Figure 5-7 provides a holistic overview of CCP.
Figure 5-7 Holistic overview of CCP
Cisco Container Platform ushers all of the tangible benefits of container orchestration into the technology domain of the enterprise. Based on upstream Kubernetes, CCP presents a UI for self-service deployment and management of container clusters. These clusters consume private cloud resources based on established authentication profiles, which can be bound to existing RBAC models. The advantage to disparate organizational teams is the flexibility to consistently and efficiently deploy clusters into IaaS resources, a feat not easily accomplished and scaled when utilizing script-based frameworks. Teams can discriminately manage their cluster resources, including responding to conditions requiring a scale-out or scale-in event, without fear of disrupting another team’s assets. CCP boasts an innately open architecture composed of well-established open source components—a framework embraced by DevOps teams aiming their innovation toward cloud-neutral work streams.
CCP deploys easily into an existing infrastructure, whether it be of a virtual or bare-metal nature, to become the turnkey container management platform in the enterprise. CCP incorporates ubiquitous monitoring and policy-based security and provides essential services such as load balancing and logging. The platform can provide applications an extension into network management, application performance monitoring, analytics, and logging. CCP offers an API layer that is compatible with Google Cloud Platform and Google Kubernetes Engine, so transitioning applications potentially from the private cloud to the public cloud fits perfectly into orchestration schemes. The case could be made for containerized workloads residing in the private cloud on CCP to consume services brokered by Google Cloud Platform, and vice versa. For environments with a Cisco Application Centric Infrastructure (ACI), Contiv, a CCP component, will secure the containers in a logical policy-based context. Those environments with Cisco HyperFlex (HX) can leverage the inherent benefits provided by HX storage and provide persistent volumes to the containers in the form of FlexVolumes. CCP normalizes the operational experience of managing a Kubernetes environment by providing a curated production quality solution integrated with best-of-breed open source projects. Figure 5-8 illustrates the CCP feature set.

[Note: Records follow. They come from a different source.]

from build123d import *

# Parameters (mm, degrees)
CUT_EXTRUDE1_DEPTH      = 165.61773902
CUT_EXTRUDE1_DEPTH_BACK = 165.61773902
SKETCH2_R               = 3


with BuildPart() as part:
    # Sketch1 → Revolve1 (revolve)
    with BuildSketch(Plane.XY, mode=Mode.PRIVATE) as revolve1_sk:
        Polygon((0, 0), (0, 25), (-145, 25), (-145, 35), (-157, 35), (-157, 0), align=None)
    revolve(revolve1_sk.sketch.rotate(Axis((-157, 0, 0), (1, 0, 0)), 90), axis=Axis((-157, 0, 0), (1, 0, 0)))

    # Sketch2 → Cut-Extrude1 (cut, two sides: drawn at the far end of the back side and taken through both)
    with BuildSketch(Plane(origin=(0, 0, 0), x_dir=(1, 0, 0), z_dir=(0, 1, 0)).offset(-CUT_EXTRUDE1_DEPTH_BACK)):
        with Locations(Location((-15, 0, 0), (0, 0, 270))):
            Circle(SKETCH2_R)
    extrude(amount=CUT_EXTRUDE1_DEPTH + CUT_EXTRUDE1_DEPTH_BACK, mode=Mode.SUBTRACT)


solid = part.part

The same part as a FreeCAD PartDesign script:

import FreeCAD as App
import Part
import Sketcher
from FreeCAD import Vector


def add_polygon(sketch, points):
    """Adds a closed chain of lines whose ends are joined by coincident constraints."""
    first, n = sketch.GeometryCount, len(points)
    for a, b in zip(points, points[1:] + points[:1]):
        sketch.addGeometry(Part.LineSegment(App.Vector(*a, 0), App.Vector(*b, 0)), False)
    for i in range(n):
        sketch.addConstraint(Sketcher.Constraint("Coincident", first + i, 2, first + (i + 1) % n, 1))

doc = App.newDocument("Part")
params = doc.addObject("Spreadsheet::Sheet", "Params")
for row, (alias, value) in enumerate([
    ("sketch1_width", "145 mm"),
    ("sketch1_width2", "12 mm"),
    ("sketch1_height", "25 mm"),
    ("sketch1_height2", "10 mm"),
    ("revolution_angle", "360 deg"),
    ("sketch2_diameter", "6 mm"),
], start=1):
    params.set(f"A{row}", alias)
    params.set(f"B{row}", "=" + value)
    params.setAlias(f"B{row}", alias)

body = doc.addObject("PartDesign::Body", "Body")

sketch1 = body.newObject("Sketcher::SketchObject", "Sketch")
sketch1.AttachmentSupport = (doc.getObject("XY_Plane"), [""])
sketch1.MapMode = "FlatFace"
add_polygon(sketch1, [(0, 0), (0, 25), (-145, 25), (-145, 35), (-157, 35), (-157, 0)])
sketch1.addConstraint(Sketcher.Constraint("Vertical", 0))
sketch1.addConstraint(Sketcher.Constraint("Horizontal", 1))
sketch1.addConstraint(Sketcher.Constraint("Vertical", 2))
sketch1.addConstraint(Sketcher.Constraint("Horizontal", 3))
sketch1.addConstraint(Sketcher.Constraint("Vertical", 4))
sketch1.addConstraint(Sketcher.Constraint("Horizontal", 5))
sketch1.addConstraint(Sketcher.Constraint("Coincident", 5, 2, -1, 1))
sketch1.addConstraint(Sketcher.Constraint("DistanceX", 1, 2, 1, 1, 145.0))
sketch1.addConstraint(Sketcher.Constraint("DistanceX", 3, 2, 3, 1, 12.0))
sketch1.addConstraint(Sketcher.Constraint("DistanceY", 0, 1, 0, 2, 25.0))
sketch1.addConstraint(Sketcher.Constraint("DistanceY", 2, 1, 2, 2, 10.0))
sketch1.setExpression("Constraints[13]", "Params.sketch1_width")
sketch1.setExpression("Constraints[14]", "Params.sketch1_width2")
sketch1.setExpression("Constraints[15]", "Params.sketch1_height")
sketch1.setExpression("Constraints[16]", "Params.sketch1_height2")
revolution = body.newObject("PartDesign::Revolution", "Revolution")
revolution.Profile = sketch1
revolution.ReferenceAxis = (sketch1, ["H_Axis"])
revolution.setExpression("Angle", "Params.revolution_angle")

sketch2 = body.newObject("Sketcher::SketchObject", "Sketch001")
sketch2.AttachmentSupport = (doc.getObject("XZ_Plane"), [""])
sketch2.MapMode = "FlatFace"
sketch2.addGeometry(Part.Circle(Vector(-15, 0, 0), Vector(0, 0, 1), 3), False)
sketch2.addConstraint(Sketcher.Constraint("PointOnObject", 0, 3, -1))
sketch2.addConstraint(Sketcher.Constraint("Diameter", 0, 6.0))
sketch2.addConstraint(Sketcher.Constraint("DistanceX", 0, 3, -1, 1, 15.0))
sketch2.setExpression("Constraints[1]", "Params.sketch2_diameter")
pocket1 = body.newObject("PartDesign::Pocket", "Pocket")
pocket1.Profile = sketch2
pocket1.Type = "ThroughAll"
pocket1.Midplane = True

doc.recompute()
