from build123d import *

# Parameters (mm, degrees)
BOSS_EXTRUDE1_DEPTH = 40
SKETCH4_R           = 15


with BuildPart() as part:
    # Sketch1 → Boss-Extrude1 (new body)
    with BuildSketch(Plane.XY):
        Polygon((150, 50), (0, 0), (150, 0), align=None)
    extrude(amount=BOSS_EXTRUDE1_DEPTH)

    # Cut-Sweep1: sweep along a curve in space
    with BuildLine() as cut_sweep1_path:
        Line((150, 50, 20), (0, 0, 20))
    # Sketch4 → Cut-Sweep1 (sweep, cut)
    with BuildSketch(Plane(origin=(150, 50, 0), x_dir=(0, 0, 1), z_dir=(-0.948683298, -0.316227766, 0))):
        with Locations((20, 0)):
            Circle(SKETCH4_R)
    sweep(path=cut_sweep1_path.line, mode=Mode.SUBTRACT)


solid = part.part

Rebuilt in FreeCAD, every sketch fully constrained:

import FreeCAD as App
import Part
import Sketcher

doc = App.newDocument("Part")
body = doc.addObject("PartDesign::Body", "Body")

# Sketch on XY plane
sketch1 = doc.addObject("Sketcher::SketchObject", "Sketch")
body.addObject(sketch1)
sketch1.AttachmentSupport = (doc.XY_Plane, [""])
sketch1.MapMode = "FlatFace"
sketch1.addGeometry(Part.LineSegment(App.Vector(150, 50, 0), App.Vector(0, 0, 0)), False)
sketch1.addGeometry(Part.LineSegment(App.Vector(0, 0, 0), App.Vector(150, 0, 0)), False)
sketch1.addGeometry(Part.LineSegment(App.Vector(150, 0, 0), App.Vector(150, 50, 0)), False)
sketch1.addConstraint(Sketcher.Constraint("Coincident", 0, 2, 1, 1))
sketch1.addConstraint(Sketcher.Constraint("Coincident", 1, 2, 2, 1))
sketch1.addConstraint(Sketcher.Constraint("Coincident", 2, 2, 0, 1))
sketch1.addConstraint(Sketcher.Constraint("Horizontal", 1))
sketch1.addConstraint(Sketcher.Constraint("Vertical", 2))
sketch1.addConstraint(Sketcher.Constraint("Coincident", 0, 2, -1, 1))
sketch1.addConstraint(Sketcher.Constraint("DistanceX", 1, 1, 1, 2, 150.0))
sketch1.addConstraint(Sketcher.Constraint("DistanceY", 2, 1, 2, 2, 50.0))
pad1 = doc.addObject("PartDesign::Pad", "Pad")
body.addObject(pad1)
pad1.Profile = sketch1
pad1.Length = 40

# Sketch on an angled plane
sketch2 = doc.addObject("Sketcher::SketchObject", "Sketch001")
body.addObject(sketch2)
sketch2.Placement = App.Placement(App.Vector(150, 50, 0), App.Rotation(App.Vector(0, 0, 1), App.Vector(-0.316227766, 0.948683298, 0), App.Vector(-0.948683298, -0.316227766, 0), "ZXY"))
sketch2.addGeometry(Part.Circle(App.Vector(20, 0, 0), App.Vector(0, 0, 1), 15), False)
sketch2.addConstraint(Sketcher.Constraint("PointOnObject", 0, 3, -1))
sketch2.addConstraint(Sketcher.Constraint("Diameter", 0, 30.0))
sketch2.addConstraint(Sketcher.Constraint("DistanceX", -1, 1, 0, 3, 20.0))

# Sketch on an angled plane
sketch3 = doc.addObject("Sketcher::SketchObject", "Sketch002")
body.addObject(sketch3)
sketch3.Placement = App.Placement(App.Vector(0, 0, 0), App.Rotation(App.Vector(-0.948683298, -0.316227766, 0), App.Vector(0, 0, 1), App.Vector(-0.316227766, 0.948683298, 0), "ZXY"))
sketch3.addGeometry(Part.LineSegment(App.Vector(-158.113883, 20, 0), App.Vector(0, 20, 0)), False)
sketch3.addConstraint(Sketcher.Constraint("Horizontal", 0))
sketch3.addConstraint(Sketcher.Constraint("PointOnObject", 0, 2, -2))
sketch3.addConstraint(Sketcher.Constraint("DistanceY", -1, 1, 0, 1, 20.0))
sketch3.addConstraint(Sketcher.Constraint("DistanceX", 0, 1, 0, 2, 158.113883))
doc.recompute()

subtractivepipe = doc.addObject("PartDesign::SubtractivePipe", "SubtractivePipe")
body.addObject(subtractivepipe)
subtractivepipe.Profile = sketch2
subtractivepipe.Spine = (sketch3, ["Edge1"])

doc.recompute()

Figure 5-8 CCP feature set
The following are some CCP use cases:
• Simple GUI-driven menu system to deploy clusters: You don’t have to know the technical details of Kubernetes to deploy a cluster. Just fill in the questions, and CCP will do the work.
• The ability to deploy Kubernetes clusters in air-gapped sites: CCP tenant images contain all the necessary binaries and don’t need Internet access to function.
• Choice of networking solutions: Use Cisco’s ACI plug-in, an industry standard Calico network, or if scaling is your priority, choose Contiv with VPP. All work seamlessly with CCP.
• Automated monthly updates: Bug fixes, feature enhancements, and CVE remedies are pushed automatically every month—not only for Kubernetes, but also for the underlying operating system (OS).
• Built-in visibility and monitoring: CCP lets you see what’s going on inside clusters to stay on top of usage patterns and address potential problems before they negatively impact the business.
• Preconfigured persistent volume storage: Dynamic provisioning using HyperFlex storage as the default. No additional drivers need to be installed. Just set it and forget it.
• Deploy EKS clusters using CCP control plane: CCP allows you to use a single pane of glass for deploying on-premises and Amazon clusters, plus it leverages Amazon Authentication for both.
• Pre-integrated Istio: It’s ready to deploy and use without additional administration.